Mathematical Physics as Topological Numbers, Types and Quanta by Lawrence B Crowell

Those limitations are types of obstructions that tell us something entirely new. It also means there is a massive reduction in the number of fundamental degrees of freedom in physics. That is the valuable lesson. For those who bemoan the loss of absolute objective knowledge about the world, such as was lost with quantum mechanics, I can only say that such people have sympathies.

We are no longer in a situation where physics tells us in some intrinsic fashion what the exact nature of systems are. Physics tells us what is observable or measurable; physics does not give a complete "God's eye view" of what nature is. Certainly one problem is that we are in the universe, and we have to us the physical systems in the universe to measure physics. We are not able to make a pure observation that does not disturb a system.

LC

Complex numbers employed in physics have consequences. One is unitarity that is important in quantum physics, another is holomorphy that is important in gauge theory. Quaternions, which are hypercomplex numbers, can be used to derive Maxwell's equations. So these things are useful in making calculations.

LC

Garrison Keillor has his "Guy Noir," who "On the tenth floor of the Atlas building still seeks answers to life's persistent questions." If you have ever listened to his "Prairie Home Companion" you know this well. There are persistent questions, such as "Does God exist," that will probably never be conclusively answered.
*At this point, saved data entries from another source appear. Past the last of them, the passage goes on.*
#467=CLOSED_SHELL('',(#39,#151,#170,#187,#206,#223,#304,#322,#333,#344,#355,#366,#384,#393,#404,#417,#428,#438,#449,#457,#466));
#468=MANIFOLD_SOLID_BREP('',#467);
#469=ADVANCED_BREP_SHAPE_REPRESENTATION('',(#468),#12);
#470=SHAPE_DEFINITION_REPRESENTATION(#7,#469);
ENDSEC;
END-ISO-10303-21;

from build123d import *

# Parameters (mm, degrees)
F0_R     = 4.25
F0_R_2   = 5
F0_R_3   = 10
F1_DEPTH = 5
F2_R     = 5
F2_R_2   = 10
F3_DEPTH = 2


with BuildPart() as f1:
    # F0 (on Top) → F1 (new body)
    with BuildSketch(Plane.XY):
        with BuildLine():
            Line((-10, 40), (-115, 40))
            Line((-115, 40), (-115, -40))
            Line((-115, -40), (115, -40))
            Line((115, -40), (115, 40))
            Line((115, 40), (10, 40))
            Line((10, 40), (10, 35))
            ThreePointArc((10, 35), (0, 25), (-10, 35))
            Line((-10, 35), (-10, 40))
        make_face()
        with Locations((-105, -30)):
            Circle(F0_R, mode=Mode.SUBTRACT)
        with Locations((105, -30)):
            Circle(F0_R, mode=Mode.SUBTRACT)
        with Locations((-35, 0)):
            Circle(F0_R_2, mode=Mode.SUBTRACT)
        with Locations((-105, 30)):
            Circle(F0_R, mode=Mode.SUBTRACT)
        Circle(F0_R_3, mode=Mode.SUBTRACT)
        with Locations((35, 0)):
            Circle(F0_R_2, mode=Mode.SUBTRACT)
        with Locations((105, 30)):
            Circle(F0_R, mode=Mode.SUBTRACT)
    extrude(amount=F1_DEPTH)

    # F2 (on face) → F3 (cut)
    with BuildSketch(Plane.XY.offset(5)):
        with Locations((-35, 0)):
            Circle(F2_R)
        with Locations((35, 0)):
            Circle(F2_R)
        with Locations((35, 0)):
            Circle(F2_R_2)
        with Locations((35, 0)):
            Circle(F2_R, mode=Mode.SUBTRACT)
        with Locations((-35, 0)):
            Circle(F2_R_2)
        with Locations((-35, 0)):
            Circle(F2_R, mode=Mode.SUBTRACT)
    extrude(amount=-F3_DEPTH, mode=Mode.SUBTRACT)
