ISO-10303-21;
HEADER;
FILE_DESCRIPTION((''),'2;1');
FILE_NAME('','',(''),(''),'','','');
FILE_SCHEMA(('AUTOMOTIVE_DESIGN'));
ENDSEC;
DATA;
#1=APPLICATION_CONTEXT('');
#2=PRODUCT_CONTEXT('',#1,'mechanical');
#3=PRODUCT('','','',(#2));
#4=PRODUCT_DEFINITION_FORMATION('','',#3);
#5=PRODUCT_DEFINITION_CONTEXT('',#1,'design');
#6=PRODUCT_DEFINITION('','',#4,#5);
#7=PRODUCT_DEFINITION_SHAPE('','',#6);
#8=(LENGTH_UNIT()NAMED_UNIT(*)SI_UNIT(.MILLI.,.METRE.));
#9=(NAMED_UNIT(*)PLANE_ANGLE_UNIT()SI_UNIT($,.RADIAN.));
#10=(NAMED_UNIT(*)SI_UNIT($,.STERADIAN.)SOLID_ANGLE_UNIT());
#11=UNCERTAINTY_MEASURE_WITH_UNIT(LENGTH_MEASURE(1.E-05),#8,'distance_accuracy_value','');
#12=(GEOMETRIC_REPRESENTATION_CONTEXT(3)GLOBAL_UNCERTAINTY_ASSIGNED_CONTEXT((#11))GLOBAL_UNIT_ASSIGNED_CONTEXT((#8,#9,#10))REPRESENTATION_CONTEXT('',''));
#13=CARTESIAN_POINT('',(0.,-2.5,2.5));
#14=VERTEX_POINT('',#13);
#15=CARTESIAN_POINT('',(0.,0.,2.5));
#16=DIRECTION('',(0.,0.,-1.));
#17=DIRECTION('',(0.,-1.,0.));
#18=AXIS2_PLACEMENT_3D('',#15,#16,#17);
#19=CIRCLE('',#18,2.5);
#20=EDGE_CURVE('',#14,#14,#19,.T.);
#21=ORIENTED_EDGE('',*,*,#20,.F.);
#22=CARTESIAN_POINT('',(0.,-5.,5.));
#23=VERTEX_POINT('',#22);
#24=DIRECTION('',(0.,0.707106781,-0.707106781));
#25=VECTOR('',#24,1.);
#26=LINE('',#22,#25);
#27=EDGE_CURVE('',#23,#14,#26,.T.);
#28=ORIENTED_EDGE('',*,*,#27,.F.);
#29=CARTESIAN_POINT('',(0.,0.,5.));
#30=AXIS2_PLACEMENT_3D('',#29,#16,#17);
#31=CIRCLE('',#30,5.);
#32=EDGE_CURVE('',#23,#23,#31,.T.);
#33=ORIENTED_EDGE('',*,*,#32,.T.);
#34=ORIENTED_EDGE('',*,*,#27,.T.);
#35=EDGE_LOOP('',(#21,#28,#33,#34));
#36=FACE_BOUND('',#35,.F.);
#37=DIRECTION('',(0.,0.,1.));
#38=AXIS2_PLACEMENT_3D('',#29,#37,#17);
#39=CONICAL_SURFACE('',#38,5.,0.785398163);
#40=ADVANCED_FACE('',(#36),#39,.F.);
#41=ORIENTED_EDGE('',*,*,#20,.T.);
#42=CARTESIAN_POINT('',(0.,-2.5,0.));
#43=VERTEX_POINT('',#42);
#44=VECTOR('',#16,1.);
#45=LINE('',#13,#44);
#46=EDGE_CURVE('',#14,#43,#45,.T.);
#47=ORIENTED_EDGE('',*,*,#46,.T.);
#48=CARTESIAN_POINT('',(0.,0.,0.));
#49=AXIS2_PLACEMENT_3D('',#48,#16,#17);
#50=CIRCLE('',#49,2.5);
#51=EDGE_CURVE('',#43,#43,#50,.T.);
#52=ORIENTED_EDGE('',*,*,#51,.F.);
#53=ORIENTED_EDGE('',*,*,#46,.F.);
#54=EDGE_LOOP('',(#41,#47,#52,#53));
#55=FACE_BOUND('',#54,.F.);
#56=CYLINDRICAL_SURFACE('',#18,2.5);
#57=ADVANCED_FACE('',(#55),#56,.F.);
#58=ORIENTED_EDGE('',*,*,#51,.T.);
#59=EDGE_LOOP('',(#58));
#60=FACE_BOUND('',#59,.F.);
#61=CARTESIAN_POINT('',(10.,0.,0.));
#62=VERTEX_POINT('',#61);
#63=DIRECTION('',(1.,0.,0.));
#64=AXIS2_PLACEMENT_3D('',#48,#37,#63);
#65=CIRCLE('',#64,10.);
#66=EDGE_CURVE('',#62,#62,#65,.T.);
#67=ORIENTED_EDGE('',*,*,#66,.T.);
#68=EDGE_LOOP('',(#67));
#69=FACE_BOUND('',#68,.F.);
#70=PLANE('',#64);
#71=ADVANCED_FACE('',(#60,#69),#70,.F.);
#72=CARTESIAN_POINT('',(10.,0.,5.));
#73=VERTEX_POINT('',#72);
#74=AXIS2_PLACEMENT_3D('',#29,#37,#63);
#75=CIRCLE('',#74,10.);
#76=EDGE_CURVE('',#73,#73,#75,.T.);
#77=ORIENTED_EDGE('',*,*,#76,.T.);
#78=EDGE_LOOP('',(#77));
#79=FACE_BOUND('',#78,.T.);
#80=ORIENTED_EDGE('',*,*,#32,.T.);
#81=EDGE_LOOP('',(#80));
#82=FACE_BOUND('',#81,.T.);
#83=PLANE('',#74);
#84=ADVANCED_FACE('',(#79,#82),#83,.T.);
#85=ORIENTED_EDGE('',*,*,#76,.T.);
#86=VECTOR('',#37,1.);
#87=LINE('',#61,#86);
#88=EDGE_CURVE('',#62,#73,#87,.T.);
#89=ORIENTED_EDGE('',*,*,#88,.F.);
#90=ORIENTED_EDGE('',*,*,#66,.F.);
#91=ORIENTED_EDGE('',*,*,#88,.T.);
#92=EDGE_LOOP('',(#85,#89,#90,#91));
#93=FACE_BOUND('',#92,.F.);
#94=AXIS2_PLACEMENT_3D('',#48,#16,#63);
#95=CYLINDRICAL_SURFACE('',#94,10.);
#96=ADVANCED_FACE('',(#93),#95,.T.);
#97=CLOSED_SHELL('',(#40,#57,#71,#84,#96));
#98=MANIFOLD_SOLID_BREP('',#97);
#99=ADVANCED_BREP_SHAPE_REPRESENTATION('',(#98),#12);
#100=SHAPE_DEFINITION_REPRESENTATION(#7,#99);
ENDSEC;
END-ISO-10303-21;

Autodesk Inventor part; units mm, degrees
ref_plane "YZ Plane" through (0, 0, 0) normal (1, 0, 0) x (0, 1, 0)
ref_plane "XZ Plane" through (0, 0, 0) normal (0, 1, 0) x (-1, 0, 0)
ref_plane "XY Plane" through (0, 0, 0) normal (0, 0, 1) x (1, 0, 0)
sketch "Sketch1" plane through (0, 0, 0) normal (0, 0, 1) x (1, 0, 0)
  circle A0 centre (0, 0) radius 10
  dimension "d0" = 20
extrude "Plate1" add sketch "Sketch1" along normal blind 5
sketch "Sketch2" plane through (0, 0, 5) normal (0, 0, 1) x (1, 0, 0)
  circle A0 centre (0, 0) radius 1.204
hole "Hole1" at (0, 0, 5) direction (0, 0, -1) diameter 5 end through all countersink diameter 10 countersink angle 90
equation "\"d8\" = Thickness"
equation "\"d2\" = Thickness"
equation "\"TransitionRadius\" = BendRadius"
equation "\"JacobiRadiusSize\" = BendRadius"
equation "\"d1\" = BendRadius"
equation "\"Thickness\" = 5"
equation "\"BendRadius\" = 0.8"
properties part number "XY Metal Slug" material "Steel, Carbon"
The problem is that we transition from physics to metaphysics when we start pondering what the relationship is between mathematics and physics. Smolin has written an essay that I think rather favorably of, but his stance is naturalism, which is not something one can prove. Naturalism is a conjecture about things that is really metaphysics. Platonism, which in some ways is a bit too mystical for my tastes, is also a metaphysics.

What I outline is a mathematics that has what I tend to think of as meat or body. The pure mathematics taught and studied in mathematics departments often involves what might be called "soul." I am not out to disprove or even disavow this soul, but I do tend to think that it has a questionable applicability to modern physics. This is particularly the case with matters of infinity or the continuum. Mathematicians are mostly objectivists who consider their work to involve the discovery of "something," which is not physical. This is an appeal to the existence of this soul, or in its extreme form a Platonic reality. That is fine with me, and I may put on the cap of Platonism when it suits me, and take it off at other times. In my essay I tend to keep the cap off. My essay is largely concerned with what sort of practical aspects of mathematics are likely to impact physics in the next few decades.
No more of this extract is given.